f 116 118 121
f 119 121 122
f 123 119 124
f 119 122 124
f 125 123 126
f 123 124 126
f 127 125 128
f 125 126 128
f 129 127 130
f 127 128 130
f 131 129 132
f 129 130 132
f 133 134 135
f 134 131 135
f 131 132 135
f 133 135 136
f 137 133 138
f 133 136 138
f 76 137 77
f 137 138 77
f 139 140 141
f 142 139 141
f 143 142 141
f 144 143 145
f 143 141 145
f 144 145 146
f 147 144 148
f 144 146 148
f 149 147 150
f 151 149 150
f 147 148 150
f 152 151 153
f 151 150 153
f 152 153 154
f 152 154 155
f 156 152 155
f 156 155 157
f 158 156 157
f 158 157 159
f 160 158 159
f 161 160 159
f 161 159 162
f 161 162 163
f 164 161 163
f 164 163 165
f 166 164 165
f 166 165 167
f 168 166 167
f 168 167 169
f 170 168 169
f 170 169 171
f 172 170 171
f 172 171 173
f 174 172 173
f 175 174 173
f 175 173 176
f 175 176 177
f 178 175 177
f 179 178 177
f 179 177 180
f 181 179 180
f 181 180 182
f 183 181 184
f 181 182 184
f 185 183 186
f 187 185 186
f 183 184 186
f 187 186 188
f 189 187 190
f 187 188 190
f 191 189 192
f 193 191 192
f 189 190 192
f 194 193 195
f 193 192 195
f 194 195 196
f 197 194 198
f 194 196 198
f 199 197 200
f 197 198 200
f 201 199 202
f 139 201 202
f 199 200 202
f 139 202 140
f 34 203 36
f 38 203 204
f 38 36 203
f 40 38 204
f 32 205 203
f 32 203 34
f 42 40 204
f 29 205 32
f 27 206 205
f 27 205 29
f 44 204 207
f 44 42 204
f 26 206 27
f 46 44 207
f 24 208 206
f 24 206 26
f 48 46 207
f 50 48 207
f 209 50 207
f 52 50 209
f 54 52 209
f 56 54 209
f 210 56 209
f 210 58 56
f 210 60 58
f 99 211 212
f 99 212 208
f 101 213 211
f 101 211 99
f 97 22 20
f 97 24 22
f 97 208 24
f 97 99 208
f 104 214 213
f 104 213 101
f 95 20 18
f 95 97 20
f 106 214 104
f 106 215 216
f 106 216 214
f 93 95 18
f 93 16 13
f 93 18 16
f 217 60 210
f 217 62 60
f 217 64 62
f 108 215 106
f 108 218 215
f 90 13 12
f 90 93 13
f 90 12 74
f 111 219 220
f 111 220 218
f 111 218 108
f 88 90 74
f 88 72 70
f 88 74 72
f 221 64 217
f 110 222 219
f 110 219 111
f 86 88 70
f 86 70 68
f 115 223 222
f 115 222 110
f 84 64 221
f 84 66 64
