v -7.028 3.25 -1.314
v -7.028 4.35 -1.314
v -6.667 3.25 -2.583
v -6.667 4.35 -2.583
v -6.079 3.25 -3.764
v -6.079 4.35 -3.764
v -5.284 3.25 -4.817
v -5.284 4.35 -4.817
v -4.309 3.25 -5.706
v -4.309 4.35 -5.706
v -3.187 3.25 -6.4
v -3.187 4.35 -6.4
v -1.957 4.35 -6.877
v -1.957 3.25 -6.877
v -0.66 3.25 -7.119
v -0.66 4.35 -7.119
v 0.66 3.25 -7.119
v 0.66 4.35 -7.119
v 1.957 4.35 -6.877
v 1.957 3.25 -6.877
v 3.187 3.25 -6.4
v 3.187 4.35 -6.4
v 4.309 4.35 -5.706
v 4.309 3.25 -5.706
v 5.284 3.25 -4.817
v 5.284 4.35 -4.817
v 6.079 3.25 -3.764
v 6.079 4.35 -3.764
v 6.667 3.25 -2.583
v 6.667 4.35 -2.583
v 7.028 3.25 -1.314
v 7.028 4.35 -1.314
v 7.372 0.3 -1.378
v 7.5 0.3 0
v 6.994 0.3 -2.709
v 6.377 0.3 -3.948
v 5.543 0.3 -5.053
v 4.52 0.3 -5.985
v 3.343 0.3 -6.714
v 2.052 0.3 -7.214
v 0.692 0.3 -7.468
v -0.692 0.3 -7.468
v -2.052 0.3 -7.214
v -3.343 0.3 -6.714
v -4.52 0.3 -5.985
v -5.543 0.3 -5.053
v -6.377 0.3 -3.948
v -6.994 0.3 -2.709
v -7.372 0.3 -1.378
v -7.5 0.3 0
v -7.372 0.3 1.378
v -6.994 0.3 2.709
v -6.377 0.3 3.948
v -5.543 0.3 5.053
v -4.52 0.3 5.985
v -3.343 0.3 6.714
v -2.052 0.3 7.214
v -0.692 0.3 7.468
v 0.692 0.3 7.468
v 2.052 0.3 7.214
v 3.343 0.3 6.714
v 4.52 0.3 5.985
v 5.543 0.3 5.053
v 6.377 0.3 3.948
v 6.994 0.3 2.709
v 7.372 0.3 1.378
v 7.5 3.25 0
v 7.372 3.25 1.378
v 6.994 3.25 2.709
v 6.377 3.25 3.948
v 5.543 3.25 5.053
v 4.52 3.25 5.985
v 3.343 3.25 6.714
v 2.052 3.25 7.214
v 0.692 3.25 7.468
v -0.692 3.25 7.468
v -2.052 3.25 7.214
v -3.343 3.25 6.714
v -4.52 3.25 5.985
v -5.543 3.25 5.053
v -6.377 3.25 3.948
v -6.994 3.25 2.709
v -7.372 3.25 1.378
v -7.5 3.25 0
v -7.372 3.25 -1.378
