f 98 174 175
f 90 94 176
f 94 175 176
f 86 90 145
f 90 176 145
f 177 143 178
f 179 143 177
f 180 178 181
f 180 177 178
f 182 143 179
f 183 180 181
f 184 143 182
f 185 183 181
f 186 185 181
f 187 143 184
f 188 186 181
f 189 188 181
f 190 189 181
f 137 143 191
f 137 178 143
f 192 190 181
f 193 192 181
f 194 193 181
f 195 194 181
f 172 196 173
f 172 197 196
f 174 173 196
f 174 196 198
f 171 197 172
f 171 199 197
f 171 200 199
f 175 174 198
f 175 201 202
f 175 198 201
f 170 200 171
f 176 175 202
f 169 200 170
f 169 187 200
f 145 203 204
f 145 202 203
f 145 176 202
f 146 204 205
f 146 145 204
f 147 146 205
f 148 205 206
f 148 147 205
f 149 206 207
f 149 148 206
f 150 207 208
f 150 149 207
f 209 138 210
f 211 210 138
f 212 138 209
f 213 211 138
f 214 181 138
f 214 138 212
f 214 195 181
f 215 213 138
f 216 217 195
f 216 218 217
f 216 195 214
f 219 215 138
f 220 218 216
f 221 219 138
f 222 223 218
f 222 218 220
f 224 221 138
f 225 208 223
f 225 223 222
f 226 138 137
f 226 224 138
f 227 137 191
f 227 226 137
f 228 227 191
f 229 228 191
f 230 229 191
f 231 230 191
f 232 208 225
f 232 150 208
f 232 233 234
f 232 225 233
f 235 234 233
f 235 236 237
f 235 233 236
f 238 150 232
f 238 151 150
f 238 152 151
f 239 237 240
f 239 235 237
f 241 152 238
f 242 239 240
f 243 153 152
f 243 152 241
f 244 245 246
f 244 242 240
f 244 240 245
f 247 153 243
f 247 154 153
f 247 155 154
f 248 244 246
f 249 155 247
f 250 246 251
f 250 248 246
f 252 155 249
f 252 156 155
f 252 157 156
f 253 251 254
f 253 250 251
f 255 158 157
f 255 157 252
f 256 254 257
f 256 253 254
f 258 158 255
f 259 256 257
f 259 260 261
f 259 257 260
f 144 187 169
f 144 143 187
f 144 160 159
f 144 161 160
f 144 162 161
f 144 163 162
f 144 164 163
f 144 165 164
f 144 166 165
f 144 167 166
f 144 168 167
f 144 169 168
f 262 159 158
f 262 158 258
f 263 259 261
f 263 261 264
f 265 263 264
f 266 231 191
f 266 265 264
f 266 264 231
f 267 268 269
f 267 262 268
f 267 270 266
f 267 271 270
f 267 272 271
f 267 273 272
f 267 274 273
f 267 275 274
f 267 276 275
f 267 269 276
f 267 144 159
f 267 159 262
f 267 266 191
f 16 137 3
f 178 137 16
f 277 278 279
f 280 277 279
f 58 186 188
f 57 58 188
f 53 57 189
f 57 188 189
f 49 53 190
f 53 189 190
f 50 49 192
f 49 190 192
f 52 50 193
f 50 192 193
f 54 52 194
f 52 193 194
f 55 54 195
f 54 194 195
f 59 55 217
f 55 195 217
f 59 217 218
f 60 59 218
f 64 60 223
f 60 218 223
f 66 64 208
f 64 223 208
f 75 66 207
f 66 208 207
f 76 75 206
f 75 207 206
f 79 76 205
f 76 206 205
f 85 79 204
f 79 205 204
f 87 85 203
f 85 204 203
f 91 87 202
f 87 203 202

========

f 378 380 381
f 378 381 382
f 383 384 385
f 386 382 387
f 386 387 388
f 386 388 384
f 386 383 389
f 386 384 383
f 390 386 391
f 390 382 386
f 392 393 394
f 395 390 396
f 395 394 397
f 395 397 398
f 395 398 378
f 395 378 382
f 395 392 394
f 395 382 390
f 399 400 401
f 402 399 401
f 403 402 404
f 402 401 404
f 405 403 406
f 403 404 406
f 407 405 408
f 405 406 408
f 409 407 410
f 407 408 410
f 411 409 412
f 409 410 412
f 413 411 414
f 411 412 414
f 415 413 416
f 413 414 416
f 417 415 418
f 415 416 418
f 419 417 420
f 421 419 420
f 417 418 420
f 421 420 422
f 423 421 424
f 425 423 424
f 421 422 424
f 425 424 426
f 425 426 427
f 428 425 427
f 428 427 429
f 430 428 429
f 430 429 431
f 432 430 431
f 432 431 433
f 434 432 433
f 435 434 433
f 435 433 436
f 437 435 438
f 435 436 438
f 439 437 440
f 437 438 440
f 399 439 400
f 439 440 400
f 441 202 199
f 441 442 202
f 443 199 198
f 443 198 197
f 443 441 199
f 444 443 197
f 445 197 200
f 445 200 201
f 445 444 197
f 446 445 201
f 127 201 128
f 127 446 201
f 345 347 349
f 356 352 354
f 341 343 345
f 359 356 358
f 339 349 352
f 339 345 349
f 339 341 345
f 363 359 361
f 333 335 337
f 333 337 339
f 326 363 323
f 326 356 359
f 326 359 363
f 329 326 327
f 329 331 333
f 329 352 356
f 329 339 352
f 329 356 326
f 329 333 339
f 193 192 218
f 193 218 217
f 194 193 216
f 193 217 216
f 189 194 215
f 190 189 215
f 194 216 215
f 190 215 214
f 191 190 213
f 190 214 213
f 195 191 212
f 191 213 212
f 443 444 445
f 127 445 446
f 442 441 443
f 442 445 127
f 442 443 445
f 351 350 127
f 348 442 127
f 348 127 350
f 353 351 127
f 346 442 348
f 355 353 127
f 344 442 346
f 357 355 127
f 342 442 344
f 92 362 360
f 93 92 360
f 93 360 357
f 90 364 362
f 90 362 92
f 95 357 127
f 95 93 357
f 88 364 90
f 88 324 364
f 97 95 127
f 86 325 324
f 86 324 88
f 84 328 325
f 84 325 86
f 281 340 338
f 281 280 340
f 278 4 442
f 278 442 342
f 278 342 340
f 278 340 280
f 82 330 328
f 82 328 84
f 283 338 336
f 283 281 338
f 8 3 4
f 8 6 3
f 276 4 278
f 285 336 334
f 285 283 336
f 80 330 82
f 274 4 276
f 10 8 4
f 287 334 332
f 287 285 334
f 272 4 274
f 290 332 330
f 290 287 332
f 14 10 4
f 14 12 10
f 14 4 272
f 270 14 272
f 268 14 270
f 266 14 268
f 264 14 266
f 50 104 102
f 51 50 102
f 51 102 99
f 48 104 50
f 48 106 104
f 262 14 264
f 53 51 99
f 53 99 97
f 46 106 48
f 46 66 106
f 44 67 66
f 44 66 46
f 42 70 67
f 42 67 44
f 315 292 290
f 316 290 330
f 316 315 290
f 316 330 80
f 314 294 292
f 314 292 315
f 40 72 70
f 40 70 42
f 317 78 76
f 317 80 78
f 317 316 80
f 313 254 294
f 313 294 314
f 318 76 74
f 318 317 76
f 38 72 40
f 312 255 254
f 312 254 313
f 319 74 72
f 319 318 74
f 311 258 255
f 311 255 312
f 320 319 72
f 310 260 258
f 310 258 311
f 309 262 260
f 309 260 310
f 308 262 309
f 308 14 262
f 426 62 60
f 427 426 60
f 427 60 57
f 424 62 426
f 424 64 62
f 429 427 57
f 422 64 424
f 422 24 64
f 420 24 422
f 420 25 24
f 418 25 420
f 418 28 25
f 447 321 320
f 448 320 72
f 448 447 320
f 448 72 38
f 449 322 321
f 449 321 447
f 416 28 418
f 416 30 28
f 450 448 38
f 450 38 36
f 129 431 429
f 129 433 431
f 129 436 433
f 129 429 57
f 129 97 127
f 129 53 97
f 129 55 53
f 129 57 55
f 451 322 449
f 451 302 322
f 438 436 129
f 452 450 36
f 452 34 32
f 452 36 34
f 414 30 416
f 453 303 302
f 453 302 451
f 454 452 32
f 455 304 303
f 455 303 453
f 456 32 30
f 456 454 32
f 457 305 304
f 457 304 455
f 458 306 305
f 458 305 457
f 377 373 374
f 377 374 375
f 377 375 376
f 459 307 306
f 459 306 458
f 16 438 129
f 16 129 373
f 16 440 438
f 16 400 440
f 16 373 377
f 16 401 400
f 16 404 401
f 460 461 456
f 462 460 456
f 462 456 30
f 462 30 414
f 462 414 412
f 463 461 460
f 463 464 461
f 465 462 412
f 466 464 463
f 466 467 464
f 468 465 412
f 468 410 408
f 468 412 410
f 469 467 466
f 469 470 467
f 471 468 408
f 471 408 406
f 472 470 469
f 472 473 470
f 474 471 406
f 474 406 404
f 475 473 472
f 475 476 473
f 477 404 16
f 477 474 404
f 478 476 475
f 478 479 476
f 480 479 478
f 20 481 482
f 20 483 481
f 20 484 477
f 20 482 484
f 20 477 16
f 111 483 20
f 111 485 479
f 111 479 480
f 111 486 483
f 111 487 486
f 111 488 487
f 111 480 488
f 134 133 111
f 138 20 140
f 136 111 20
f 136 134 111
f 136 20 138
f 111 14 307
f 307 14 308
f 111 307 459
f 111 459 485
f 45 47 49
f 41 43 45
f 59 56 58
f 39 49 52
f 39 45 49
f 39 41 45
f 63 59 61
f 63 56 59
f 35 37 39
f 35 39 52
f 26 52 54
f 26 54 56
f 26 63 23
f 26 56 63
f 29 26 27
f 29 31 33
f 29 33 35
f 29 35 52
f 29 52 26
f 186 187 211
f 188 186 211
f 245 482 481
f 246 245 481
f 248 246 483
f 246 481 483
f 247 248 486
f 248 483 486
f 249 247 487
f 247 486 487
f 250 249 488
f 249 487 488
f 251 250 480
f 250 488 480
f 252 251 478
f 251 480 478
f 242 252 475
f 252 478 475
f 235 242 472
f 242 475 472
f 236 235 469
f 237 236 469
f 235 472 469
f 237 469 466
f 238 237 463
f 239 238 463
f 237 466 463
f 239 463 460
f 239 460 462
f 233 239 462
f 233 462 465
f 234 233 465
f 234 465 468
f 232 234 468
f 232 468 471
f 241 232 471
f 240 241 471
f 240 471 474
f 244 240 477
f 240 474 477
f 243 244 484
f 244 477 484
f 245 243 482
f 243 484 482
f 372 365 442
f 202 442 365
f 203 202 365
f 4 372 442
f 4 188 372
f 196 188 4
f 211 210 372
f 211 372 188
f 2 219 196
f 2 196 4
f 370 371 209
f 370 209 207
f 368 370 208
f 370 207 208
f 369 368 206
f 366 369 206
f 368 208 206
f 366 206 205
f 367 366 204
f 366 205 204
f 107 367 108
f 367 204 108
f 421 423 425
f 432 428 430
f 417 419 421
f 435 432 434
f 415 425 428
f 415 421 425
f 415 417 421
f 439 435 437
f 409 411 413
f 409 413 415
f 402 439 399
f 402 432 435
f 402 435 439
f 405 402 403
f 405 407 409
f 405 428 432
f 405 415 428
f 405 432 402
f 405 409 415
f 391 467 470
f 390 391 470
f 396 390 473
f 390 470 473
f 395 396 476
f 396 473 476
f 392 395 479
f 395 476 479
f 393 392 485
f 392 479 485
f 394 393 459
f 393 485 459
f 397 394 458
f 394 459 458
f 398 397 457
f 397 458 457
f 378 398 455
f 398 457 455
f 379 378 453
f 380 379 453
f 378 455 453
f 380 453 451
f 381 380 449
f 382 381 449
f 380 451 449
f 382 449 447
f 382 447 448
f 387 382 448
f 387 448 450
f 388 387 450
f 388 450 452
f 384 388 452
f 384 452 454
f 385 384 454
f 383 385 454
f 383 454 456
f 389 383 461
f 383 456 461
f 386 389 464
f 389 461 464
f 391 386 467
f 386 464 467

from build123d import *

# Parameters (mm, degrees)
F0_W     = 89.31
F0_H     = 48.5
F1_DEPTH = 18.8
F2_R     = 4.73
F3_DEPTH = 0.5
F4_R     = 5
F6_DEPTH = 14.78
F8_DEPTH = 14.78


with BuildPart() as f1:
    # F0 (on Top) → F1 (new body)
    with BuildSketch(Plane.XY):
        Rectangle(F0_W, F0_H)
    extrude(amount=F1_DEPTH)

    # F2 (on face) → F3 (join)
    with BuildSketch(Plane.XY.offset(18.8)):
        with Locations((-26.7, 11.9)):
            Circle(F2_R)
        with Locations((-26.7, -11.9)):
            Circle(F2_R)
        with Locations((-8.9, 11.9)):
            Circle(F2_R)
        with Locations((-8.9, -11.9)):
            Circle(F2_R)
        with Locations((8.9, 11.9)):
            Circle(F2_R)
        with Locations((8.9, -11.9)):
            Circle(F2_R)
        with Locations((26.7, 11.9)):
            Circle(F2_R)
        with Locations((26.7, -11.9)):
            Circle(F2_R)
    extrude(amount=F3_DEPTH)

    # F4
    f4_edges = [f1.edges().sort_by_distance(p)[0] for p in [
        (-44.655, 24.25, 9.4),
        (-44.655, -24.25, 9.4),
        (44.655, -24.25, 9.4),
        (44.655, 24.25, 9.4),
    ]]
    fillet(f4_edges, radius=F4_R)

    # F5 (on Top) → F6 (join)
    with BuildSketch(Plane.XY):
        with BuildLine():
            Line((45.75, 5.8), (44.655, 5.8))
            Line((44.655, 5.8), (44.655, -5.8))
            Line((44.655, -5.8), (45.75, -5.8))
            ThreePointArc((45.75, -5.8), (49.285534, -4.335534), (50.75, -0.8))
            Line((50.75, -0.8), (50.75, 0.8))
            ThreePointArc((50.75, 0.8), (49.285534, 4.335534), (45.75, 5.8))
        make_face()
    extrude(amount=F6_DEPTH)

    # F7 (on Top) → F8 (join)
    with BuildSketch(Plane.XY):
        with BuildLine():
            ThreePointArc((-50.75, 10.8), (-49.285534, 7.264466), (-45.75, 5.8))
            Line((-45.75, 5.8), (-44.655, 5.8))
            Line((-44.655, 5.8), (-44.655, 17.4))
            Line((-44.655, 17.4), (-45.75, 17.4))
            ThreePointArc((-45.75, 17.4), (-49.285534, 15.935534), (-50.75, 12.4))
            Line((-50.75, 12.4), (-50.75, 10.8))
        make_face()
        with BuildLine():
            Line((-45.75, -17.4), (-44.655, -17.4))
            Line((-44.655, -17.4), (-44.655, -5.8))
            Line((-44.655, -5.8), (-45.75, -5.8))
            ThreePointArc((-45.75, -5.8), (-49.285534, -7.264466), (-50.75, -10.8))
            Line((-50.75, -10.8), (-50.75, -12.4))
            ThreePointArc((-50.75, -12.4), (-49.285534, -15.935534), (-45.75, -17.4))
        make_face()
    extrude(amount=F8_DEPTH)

========

- REQUIREMENT
Write down exactly the span of lines above from the one containing "f 409 407 410" to the one containing "f 425 426 427", both ends included.

- EXERCISE SOLUTION
f 409 407 410
f 407 408 410
f 411 409 412
f 409 410 412
f 413 411 414
f 411 412 414
f 415 413 416
f 413 414 416
f 417 415 418
f 415 416 418
f 419 417 420
f 421 419 420
f 417 418 420
f 421 420 422
f 423 421 424
f 425 423 424
f 421 422 424
f 425 424 426
f 425 426 427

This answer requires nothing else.